Every line of the records below that has the word "None" should be copied.

DATA RECORDS Start Marker

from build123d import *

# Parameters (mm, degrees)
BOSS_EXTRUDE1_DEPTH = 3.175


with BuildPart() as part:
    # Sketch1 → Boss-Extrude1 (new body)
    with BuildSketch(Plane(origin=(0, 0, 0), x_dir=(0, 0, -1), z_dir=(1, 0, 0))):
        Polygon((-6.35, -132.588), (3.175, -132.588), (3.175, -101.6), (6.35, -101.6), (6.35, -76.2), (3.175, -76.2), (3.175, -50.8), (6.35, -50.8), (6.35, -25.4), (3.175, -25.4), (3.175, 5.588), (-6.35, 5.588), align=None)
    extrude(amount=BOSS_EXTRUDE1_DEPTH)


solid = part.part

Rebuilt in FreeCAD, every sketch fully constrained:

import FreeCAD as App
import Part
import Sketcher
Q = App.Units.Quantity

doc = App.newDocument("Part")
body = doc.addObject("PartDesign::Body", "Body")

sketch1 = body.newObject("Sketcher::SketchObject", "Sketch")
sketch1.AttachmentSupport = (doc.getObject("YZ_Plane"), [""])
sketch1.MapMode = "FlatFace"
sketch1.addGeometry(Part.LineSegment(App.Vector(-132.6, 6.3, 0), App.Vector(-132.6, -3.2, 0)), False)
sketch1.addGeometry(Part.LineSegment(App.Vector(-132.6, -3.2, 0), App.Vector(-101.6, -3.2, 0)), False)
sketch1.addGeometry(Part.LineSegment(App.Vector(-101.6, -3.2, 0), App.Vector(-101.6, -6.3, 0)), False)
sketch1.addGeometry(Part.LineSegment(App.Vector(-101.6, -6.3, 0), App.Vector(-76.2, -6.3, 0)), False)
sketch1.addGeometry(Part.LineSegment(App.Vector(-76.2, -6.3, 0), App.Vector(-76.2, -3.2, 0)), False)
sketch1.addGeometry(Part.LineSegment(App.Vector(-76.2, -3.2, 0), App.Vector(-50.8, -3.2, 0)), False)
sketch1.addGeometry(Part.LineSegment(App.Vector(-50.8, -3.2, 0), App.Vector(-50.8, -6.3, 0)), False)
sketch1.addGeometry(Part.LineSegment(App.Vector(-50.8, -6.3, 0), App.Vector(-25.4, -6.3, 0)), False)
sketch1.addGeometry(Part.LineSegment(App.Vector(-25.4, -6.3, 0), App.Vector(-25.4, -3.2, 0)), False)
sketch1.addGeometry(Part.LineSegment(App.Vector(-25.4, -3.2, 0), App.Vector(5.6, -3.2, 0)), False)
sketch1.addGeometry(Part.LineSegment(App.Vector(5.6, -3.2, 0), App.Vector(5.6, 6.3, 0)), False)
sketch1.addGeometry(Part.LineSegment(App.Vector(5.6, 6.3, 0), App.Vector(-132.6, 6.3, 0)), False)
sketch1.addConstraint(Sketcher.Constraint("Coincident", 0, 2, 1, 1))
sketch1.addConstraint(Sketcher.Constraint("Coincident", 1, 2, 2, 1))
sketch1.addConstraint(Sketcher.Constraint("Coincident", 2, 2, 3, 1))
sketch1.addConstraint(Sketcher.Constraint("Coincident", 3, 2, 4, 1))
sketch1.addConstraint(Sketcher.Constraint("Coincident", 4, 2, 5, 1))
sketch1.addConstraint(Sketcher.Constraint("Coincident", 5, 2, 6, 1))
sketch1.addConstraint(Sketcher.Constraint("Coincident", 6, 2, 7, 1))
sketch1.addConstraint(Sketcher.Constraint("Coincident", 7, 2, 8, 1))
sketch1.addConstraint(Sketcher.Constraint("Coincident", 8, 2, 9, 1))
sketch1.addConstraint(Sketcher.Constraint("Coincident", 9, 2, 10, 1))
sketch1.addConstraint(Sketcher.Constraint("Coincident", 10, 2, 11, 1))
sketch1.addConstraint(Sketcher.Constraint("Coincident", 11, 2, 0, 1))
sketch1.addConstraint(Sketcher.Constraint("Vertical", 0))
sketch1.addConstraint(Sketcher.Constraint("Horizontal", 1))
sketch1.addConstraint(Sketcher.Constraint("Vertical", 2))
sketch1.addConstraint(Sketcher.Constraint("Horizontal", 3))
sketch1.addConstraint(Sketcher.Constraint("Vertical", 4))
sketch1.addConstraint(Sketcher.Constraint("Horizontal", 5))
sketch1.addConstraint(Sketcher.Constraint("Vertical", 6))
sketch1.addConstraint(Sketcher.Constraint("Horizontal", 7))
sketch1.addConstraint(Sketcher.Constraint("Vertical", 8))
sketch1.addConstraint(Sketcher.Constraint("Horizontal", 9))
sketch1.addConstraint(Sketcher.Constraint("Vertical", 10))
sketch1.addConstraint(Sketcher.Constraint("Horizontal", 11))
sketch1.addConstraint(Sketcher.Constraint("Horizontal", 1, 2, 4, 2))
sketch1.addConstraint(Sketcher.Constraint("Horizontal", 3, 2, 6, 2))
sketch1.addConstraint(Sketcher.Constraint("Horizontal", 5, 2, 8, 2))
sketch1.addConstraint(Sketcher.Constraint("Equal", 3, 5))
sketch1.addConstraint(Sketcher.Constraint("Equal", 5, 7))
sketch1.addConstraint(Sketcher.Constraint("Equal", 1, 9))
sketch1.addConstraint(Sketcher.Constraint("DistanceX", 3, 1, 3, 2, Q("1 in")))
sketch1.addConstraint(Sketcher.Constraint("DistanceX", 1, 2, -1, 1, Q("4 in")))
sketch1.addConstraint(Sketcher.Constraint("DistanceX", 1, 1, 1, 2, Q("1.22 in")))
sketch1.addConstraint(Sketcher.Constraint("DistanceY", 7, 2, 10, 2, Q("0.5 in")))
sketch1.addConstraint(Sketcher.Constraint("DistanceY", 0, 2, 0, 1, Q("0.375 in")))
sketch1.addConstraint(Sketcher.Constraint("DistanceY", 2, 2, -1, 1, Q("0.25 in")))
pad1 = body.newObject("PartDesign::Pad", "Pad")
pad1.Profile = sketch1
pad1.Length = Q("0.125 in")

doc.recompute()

DATA RECORDS End Marker
DATA RECORDS Start Marker

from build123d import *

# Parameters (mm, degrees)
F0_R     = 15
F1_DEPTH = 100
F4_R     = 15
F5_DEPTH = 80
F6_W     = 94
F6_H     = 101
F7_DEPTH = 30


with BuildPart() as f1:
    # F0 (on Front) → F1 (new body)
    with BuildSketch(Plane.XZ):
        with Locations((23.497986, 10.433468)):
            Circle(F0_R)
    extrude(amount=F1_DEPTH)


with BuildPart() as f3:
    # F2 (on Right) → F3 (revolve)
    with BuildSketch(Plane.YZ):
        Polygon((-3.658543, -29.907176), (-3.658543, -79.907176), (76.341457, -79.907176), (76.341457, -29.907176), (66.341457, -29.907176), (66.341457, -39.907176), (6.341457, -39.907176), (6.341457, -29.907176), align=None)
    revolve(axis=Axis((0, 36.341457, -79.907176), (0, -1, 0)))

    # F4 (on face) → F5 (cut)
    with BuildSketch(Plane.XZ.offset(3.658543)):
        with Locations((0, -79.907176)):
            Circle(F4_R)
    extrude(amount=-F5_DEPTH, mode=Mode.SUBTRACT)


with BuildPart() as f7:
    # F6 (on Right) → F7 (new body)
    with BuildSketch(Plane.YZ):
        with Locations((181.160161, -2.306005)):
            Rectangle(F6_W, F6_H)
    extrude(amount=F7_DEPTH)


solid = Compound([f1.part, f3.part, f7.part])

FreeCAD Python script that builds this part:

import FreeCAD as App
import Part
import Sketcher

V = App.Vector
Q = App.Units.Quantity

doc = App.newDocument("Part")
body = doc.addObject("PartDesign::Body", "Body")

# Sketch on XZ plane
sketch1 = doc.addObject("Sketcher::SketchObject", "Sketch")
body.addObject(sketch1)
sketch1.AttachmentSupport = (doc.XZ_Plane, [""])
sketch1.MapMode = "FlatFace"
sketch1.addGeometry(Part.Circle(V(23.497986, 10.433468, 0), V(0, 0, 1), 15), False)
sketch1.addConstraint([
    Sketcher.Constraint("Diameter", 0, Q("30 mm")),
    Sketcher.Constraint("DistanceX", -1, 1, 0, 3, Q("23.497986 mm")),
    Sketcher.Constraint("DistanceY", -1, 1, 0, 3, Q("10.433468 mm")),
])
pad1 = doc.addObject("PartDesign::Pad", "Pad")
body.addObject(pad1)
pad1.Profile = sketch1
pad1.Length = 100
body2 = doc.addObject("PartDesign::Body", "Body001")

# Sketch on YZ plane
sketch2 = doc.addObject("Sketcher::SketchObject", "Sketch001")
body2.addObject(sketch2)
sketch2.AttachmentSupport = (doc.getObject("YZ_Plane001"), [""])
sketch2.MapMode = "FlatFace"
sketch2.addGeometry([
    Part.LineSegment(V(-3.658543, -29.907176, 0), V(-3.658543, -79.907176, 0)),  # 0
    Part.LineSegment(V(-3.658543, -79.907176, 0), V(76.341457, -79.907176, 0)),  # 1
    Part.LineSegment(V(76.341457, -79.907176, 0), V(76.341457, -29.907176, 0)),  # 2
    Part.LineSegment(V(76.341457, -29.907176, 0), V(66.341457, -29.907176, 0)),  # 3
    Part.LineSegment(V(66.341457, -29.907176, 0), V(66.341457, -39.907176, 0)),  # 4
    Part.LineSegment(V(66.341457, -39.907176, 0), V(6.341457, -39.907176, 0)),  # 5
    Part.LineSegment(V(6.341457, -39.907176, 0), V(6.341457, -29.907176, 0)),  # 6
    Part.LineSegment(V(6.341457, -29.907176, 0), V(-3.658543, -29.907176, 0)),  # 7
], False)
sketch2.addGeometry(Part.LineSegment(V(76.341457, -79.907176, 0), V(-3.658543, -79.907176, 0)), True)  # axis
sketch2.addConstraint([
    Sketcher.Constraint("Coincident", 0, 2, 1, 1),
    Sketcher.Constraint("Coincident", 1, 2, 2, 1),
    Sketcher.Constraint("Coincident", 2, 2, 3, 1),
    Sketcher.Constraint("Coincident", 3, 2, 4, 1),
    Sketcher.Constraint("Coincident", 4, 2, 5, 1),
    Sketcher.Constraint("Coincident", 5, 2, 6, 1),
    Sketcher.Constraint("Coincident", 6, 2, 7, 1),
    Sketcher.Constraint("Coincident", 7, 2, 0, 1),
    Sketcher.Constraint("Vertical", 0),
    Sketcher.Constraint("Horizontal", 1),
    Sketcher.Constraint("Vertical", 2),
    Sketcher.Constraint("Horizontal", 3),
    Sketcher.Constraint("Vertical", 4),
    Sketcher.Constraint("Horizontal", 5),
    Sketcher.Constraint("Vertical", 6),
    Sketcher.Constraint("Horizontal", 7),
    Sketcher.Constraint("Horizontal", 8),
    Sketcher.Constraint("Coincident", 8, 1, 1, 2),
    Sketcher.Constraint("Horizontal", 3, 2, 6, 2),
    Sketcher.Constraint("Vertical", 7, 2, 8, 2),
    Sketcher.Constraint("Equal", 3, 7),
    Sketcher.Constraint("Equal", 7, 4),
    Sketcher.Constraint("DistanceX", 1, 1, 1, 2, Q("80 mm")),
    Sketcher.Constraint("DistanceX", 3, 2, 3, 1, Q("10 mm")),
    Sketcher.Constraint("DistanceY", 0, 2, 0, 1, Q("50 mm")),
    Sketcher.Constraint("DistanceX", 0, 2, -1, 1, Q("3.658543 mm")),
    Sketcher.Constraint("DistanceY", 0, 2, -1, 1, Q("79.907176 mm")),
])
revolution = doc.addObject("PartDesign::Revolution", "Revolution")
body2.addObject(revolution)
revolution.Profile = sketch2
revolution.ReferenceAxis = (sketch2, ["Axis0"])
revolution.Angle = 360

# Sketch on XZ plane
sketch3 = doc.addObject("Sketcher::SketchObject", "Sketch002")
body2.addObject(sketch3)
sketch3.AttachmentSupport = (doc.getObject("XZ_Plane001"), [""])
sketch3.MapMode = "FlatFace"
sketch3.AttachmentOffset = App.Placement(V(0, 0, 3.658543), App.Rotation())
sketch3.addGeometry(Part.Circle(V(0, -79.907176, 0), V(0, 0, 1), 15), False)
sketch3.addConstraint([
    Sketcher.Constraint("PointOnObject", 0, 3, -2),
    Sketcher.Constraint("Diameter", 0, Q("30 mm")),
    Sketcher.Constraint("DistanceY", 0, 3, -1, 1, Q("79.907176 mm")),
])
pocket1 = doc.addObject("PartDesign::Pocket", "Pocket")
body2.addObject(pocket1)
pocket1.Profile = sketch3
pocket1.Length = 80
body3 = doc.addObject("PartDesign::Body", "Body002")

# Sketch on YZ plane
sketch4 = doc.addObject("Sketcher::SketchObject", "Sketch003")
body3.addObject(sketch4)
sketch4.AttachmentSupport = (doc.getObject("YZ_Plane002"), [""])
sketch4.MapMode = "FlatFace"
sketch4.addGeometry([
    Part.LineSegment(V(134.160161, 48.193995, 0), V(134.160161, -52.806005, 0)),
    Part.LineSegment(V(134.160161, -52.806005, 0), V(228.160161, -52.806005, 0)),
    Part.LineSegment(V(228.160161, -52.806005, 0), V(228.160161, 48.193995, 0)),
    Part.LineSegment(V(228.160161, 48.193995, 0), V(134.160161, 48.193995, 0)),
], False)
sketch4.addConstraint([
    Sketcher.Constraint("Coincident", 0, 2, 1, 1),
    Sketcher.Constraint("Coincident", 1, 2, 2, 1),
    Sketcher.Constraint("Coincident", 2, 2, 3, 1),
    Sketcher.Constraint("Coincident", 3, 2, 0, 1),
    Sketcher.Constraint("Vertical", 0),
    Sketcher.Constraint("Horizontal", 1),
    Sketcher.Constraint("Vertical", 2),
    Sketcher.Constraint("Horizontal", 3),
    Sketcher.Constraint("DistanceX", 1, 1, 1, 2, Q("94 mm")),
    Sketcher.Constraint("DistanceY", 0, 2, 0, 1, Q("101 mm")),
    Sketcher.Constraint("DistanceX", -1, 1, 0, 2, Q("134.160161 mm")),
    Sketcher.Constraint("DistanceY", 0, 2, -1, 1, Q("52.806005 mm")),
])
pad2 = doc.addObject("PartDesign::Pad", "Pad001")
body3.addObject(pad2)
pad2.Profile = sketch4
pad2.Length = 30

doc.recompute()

DATA RECORDS End Marker

TASK ANSWER:
        Polygon((-6.35, -132.588), (3.175, -132.588), (3.175, -101.6), (6.35, -101.6), (6.35, -76.2), (3.175, -76.2), (3.175, -50.8), (6.35, -50.8), (6.35, -25.4), (3.175, -25.4), (3.175, 5.588), (-6.35, 5.588), align=None)
        Polygon((-3.658543, -29.907176), (-3.658543, -79.907176), (76.341457, -79.907176), (76.341457, -29.907176), (66.341457, -29.907176), (66.341457, -39.907176), (6.341457, -39.907176), (6.341457, -29.907176), align=None)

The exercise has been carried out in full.